*** Given information

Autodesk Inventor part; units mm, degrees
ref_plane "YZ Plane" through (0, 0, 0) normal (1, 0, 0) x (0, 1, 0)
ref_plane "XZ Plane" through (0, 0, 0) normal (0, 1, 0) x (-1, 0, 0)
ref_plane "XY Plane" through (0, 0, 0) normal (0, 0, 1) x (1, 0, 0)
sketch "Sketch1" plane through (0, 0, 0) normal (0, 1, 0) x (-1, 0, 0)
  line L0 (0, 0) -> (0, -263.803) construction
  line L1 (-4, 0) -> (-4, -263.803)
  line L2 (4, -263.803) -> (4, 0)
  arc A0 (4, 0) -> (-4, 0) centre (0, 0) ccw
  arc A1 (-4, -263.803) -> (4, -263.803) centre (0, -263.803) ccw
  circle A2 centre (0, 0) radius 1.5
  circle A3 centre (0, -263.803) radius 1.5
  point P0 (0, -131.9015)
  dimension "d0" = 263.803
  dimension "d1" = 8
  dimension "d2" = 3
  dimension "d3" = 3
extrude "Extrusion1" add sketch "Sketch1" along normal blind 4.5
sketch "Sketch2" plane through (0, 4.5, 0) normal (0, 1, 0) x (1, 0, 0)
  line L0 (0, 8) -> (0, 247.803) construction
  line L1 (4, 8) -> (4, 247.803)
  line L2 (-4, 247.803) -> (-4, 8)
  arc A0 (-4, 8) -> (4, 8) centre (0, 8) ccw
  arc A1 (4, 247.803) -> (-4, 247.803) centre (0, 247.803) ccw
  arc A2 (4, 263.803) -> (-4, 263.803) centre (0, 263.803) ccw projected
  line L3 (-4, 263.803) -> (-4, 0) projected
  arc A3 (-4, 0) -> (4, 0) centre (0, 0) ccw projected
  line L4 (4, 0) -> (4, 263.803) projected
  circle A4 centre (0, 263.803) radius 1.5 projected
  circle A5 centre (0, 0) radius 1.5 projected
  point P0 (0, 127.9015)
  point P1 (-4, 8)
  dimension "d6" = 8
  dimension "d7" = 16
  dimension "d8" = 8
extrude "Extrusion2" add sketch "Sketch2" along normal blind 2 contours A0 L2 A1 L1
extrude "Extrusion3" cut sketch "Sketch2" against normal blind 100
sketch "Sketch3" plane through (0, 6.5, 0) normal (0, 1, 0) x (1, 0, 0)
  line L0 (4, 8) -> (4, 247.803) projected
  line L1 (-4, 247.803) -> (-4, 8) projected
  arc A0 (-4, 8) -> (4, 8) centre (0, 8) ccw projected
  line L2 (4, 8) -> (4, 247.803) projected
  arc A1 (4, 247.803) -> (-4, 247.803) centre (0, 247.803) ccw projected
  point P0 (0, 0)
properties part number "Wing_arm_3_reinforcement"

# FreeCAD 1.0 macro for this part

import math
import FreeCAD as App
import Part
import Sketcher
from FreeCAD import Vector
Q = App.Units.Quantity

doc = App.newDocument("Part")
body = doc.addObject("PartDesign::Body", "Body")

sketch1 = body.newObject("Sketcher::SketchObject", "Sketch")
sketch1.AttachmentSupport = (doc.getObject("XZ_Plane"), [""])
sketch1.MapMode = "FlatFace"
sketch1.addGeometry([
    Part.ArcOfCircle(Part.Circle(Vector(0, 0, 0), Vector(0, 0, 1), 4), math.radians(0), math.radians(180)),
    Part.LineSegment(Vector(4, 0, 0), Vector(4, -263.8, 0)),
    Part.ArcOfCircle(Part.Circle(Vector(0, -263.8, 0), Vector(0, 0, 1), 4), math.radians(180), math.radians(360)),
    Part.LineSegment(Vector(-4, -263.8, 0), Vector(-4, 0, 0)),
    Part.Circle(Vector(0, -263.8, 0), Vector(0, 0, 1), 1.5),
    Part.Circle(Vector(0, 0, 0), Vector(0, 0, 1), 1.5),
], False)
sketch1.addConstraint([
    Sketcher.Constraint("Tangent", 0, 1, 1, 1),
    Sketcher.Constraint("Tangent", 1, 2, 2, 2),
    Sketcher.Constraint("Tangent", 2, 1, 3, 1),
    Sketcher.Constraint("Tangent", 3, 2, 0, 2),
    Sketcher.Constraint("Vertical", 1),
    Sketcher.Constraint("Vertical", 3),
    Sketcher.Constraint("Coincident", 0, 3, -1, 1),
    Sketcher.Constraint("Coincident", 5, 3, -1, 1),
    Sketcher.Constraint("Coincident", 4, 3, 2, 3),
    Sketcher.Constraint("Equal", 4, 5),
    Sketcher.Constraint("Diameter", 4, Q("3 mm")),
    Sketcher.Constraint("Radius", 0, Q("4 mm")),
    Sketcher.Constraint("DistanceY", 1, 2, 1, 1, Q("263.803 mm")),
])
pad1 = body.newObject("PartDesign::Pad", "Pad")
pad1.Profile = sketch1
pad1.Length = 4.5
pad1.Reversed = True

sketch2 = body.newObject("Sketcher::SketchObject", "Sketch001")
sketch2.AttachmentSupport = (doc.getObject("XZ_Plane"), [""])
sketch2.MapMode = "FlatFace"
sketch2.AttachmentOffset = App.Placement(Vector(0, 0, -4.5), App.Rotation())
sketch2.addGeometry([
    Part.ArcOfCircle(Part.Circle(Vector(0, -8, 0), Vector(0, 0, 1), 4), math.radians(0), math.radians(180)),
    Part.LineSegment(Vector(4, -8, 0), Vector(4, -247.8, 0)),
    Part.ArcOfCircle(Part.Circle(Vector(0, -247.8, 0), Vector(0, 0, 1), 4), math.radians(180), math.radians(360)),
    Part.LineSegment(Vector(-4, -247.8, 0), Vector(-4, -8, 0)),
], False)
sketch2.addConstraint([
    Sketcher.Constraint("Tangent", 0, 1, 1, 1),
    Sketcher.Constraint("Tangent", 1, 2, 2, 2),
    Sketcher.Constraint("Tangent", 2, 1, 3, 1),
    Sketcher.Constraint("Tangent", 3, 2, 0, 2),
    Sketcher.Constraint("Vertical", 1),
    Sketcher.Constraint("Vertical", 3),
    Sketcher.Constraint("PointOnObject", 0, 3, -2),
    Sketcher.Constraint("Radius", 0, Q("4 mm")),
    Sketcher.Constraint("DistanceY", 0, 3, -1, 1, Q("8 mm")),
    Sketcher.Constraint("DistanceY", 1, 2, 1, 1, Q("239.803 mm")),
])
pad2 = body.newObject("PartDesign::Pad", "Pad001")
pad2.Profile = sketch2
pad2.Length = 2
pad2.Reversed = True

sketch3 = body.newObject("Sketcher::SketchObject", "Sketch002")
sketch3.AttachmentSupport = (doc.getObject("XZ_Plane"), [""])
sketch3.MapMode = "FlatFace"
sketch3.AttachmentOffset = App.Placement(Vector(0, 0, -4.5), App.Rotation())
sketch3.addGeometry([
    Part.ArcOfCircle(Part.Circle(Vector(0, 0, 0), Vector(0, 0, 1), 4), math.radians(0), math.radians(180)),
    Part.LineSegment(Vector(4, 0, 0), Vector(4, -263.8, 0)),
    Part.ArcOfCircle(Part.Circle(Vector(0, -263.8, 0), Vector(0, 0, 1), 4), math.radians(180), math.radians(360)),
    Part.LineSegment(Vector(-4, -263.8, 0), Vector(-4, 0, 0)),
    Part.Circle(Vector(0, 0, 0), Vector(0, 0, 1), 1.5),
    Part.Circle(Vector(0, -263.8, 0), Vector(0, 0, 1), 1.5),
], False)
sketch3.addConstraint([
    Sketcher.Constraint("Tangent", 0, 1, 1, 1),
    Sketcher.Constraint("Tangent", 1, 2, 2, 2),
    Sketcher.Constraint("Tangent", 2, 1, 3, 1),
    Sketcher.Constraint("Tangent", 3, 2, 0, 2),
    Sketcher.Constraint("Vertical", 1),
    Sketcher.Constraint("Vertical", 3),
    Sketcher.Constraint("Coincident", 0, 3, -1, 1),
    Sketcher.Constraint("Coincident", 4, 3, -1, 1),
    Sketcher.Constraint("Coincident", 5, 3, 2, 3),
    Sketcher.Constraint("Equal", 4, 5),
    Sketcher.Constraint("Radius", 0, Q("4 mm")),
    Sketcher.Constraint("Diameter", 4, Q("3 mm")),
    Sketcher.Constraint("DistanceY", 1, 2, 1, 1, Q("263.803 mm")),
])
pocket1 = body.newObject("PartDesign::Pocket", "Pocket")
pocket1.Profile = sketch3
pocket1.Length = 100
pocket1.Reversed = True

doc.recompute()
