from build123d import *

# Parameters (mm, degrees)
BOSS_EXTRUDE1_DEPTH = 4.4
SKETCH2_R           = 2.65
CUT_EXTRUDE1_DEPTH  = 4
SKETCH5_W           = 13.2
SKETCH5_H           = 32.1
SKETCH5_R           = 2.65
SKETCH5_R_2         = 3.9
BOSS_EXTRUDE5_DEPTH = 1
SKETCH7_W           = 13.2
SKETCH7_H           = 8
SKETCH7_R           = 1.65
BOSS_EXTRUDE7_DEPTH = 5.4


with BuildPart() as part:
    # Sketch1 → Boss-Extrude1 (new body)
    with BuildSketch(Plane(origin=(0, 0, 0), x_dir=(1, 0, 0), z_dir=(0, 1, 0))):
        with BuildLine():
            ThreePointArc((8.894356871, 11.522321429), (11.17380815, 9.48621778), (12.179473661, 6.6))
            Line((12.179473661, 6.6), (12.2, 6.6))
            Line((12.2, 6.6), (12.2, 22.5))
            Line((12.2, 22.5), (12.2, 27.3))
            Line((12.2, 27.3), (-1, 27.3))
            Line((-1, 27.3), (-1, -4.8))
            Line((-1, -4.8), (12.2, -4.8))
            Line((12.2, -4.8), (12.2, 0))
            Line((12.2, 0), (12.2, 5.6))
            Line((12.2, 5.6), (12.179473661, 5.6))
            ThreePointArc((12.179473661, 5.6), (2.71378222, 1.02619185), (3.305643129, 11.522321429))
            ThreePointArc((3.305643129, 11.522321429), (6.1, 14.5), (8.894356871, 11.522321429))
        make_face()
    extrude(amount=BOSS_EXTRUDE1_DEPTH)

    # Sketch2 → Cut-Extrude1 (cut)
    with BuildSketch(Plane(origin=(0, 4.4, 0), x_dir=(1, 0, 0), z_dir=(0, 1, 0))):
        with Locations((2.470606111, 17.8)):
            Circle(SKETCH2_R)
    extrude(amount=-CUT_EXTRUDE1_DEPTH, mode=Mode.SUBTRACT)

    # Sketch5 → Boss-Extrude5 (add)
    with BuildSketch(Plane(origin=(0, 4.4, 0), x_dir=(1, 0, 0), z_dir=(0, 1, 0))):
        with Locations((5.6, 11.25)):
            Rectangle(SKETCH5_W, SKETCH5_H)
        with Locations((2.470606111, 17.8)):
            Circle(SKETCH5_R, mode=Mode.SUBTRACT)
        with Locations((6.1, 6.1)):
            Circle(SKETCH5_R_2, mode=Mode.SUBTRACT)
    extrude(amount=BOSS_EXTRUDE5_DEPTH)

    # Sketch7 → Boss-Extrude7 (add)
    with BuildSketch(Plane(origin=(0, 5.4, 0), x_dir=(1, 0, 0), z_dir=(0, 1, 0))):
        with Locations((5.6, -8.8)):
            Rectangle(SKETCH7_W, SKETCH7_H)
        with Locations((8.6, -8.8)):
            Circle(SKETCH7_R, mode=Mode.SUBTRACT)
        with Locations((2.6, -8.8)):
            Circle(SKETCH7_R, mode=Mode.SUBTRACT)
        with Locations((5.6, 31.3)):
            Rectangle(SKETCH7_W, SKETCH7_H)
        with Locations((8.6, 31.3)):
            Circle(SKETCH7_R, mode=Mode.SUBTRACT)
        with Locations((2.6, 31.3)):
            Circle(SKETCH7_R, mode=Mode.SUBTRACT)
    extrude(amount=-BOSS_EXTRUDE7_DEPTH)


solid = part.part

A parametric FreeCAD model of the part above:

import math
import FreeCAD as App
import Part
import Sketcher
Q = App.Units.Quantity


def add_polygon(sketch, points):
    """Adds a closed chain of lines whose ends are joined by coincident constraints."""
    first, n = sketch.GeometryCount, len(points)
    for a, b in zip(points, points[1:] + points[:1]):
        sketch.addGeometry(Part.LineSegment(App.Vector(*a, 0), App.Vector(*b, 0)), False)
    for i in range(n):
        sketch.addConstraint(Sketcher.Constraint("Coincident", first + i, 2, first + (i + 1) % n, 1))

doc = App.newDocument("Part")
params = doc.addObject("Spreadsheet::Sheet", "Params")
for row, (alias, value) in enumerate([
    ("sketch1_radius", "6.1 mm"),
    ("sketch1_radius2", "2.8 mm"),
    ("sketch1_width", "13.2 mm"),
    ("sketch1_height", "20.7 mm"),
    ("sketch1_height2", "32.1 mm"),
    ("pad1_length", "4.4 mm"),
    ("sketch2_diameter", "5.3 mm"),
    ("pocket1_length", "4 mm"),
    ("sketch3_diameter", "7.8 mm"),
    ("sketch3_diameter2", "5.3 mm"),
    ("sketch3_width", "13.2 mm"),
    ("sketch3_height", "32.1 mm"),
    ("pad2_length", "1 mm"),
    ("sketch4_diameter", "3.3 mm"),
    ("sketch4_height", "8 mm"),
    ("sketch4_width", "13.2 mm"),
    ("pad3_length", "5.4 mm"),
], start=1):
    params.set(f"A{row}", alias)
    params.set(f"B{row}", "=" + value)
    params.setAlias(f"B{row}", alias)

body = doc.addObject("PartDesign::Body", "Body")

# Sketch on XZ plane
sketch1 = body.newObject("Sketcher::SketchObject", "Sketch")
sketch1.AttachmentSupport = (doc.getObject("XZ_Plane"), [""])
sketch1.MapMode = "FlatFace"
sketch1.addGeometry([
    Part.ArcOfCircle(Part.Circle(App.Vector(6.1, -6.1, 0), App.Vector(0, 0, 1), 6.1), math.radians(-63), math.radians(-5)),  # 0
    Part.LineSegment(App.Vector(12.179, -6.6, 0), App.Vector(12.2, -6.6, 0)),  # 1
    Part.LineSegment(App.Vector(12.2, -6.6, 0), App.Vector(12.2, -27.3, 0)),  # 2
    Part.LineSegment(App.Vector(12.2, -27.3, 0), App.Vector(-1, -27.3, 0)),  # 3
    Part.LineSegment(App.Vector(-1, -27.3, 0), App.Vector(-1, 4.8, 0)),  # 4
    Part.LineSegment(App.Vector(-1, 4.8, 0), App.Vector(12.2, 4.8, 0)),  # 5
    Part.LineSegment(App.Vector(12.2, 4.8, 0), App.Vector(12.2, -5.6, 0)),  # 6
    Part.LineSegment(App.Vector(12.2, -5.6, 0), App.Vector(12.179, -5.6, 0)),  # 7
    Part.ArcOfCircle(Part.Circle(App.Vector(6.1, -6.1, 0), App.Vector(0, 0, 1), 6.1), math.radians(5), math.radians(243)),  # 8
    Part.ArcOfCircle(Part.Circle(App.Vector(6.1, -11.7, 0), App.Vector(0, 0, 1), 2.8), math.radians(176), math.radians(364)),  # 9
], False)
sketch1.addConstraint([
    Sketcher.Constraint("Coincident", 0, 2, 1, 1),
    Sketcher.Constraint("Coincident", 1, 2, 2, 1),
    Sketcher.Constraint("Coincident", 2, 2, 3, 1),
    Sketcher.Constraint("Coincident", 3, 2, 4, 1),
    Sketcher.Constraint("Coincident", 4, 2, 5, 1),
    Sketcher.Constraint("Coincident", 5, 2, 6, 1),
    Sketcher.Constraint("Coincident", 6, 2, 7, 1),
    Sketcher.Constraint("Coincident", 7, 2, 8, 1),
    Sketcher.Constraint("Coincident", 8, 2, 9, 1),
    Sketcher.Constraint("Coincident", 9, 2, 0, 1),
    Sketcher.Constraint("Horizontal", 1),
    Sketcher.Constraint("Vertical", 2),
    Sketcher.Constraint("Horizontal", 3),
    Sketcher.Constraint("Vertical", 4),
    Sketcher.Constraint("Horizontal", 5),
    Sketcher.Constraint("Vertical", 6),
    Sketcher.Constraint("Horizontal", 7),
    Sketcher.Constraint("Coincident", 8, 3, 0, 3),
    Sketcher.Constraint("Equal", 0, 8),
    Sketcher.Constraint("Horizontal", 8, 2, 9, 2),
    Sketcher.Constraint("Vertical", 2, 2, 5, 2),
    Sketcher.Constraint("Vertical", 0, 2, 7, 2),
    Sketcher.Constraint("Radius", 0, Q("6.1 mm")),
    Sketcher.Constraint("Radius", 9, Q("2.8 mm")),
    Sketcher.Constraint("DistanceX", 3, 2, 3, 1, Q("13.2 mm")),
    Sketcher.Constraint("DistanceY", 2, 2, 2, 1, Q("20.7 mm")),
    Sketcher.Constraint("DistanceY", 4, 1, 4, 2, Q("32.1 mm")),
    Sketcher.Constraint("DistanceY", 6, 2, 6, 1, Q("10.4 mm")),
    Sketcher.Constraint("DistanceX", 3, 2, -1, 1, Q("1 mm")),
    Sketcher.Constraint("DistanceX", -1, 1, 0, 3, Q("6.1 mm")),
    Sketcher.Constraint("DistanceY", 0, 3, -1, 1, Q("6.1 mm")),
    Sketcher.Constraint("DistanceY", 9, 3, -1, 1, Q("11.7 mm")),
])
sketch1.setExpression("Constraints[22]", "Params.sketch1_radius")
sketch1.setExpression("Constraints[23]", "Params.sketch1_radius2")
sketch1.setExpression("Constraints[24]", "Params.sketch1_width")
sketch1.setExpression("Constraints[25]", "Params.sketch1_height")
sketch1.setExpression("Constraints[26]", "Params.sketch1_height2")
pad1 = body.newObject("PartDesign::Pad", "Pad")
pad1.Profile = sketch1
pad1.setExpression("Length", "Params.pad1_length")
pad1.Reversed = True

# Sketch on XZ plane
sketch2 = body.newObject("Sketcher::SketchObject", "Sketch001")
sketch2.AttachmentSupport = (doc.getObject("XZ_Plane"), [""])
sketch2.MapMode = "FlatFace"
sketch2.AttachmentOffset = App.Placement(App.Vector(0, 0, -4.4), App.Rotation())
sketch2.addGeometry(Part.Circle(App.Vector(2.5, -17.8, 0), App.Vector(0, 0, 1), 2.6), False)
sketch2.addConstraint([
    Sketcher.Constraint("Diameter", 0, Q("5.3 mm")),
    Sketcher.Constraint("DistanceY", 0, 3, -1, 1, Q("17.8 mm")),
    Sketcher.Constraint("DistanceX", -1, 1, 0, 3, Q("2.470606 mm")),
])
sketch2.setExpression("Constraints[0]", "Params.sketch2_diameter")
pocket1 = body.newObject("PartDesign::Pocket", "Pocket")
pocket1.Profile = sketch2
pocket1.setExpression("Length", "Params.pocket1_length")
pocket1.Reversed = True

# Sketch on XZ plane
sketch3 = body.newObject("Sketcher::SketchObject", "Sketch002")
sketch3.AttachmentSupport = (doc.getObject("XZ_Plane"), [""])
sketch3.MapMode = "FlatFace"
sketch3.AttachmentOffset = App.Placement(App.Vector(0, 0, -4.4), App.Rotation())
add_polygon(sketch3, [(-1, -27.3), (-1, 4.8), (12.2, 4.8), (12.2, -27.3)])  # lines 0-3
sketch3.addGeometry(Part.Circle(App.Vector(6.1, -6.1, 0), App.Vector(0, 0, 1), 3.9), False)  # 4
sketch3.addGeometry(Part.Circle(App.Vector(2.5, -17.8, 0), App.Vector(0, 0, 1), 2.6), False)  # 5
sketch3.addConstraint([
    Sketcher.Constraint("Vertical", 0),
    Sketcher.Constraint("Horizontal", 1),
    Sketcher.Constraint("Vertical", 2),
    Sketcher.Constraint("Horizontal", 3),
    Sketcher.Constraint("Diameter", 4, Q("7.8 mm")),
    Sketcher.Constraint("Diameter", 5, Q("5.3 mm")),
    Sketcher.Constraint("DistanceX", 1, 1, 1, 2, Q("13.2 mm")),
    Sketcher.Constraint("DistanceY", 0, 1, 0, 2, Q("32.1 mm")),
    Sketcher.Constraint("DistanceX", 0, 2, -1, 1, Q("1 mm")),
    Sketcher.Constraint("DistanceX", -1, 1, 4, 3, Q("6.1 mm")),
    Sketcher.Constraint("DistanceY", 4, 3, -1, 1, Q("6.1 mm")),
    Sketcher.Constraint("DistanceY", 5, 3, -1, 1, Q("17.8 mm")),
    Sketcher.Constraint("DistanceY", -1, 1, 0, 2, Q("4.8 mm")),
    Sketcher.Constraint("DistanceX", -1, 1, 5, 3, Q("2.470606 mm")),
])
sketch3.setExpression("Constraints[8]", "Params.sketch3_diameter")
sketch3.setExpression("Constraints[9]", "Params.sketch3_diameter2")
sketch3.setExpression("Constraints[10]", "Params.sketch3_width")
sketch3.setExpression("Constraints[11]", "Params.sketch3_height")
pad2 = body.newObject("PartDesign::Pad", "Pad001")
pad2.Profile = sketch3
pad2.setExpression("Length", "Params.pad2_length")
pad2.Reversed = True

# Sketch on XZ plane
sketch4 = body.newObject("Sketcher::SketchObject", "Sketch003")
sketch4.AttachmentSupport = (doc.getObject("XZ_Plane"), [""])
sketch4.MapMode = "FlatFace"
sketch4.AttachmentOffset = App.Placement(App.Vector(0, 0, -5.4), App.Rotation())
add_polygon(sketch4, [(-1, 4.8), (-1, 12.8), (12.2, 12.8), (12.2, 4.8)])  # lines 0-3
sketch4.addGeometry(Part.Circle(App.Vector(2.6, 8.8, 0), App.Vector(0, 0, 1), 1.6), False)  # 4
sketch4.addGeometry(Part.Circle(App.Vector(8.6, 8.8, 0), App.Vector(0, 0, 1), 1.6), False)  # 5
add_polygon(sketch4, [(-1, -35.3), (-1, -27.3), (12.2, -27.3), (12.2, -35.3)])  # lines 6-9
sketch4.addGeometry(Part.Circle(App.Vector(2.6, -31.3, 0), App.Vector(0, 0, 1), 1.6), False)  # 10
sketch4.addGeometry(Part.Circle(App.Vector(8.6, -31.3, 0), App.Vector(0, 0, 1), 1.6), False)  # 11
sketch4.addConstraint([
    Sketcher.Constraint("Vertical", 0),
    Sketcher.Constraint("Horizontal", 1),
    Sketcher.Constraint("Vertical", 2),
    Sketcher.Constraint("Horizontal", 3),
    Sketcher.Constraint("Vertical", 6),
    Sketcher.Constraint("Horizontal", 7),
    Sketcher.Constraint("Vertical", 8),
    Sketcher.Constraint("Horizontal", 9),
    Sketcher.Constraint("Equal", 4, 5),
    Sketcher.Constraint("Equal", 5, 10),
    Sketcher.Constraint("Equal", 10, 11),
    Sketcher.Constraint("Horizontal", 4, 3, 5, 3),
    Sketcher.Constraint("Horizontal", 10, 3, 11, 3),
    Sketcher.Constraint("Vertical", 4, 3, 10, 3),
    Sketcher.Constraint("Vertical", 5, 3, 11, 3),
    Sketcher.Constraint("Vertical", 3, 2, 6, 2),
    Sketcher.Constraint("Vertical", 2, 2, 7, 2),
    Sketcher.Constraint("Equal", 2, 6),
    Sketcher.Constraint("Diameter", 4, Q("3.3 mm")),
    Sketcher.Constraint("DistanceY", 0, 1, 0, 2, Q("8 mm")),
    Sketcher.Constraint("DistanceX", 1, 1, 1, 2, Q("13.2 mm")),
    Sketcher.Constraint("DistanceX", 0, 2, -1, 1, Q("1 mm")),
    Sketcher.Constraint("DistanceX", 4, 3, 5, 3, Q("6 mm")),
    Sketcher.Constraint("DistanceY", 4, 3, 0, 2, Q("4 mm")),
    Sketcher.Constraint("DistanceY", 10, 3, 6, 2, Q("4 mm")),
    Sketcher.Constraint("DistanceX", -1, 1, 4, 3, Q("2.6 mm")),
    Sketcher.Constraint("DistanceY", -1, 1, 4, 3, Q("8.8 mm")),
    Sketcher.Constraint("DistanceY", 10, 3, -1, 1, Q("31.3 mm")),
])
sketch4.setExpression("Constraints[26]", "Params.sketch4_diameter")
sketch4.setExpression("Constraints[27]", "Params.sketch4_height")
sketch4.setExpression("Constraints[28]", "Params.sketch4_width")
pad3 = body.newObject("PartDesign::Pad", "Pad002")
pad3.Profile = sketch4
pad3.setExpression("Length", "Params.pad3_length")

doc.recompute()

******

→ Try it
In the records above, find the line with "extrude(amount=-CUT_EXTRUDE1_DEPTH, mode=Mode.SUBTRACT)"; write out exactly that line and each one after it, stopping after the line with "A parametric FreeCAD".

→ Response to this exercise
    extrude(amount=-CUT_EXTRUDE1_DEPTH, mode=Mode.SUBTRACT)

    # Sketch5 → Boss-Extrude5 (add)
    with BuildSketch(Plane(origin=(0, 4.4, 0), x_dir=(1, 0, 0), z_dir=(0, 1, 0))):
        with Locations((5.6, 11.25)):
            Rectangle(SKETCH5_W, SKETCH5_H)
        with Locations((2.470606111, 17.8)):
            Circle(SKETCH5_R, mode=Mode.SUBTRACT)
        with Locations((6.1, 6.1)):
            Circle(SKETCH5_R_2, mode=Mode.SUBTRACT)
    extrude(amount=BOSS_EXTRUDE5_DEPTH)

    # Sketch7 → Boss-Extrude7 (add)
    with BuildSketch(Plane(origin=(0, 5.4, 0), x_dir=(1, 0, 0), z_dir=(0, 1, 0))):
        with Locations((5.6, -8.8)):
            Rectangle(SKETCH7_W, SKETCH7_H)
        with Locations((8.6, -8.8)):
            Circle(SKETCH7_R, mode=Mode.SUBTRACT)
        with Locations((2.6, -8.8)):
            Circle(SKETCH7_R, mode=Mode.SUBTRACT)
        with Locations((5.6, 31.3)):
            Rectangle(SKETCH7_W, SKETCH7_H)
        with Locations((8.6, 31.3)):
            Circle(SKETCH7_R, mode=Mode.SUBTRACT)
        with Locations((2.6, 31.3)):
            Circle(SKETCH7_R, mode=Mode.SUBTRACT)
    extrude(amount=-BOSS_EXTRUDE7_DEPTH)


solid = part.part

A parametric FreeCAD model of the part above:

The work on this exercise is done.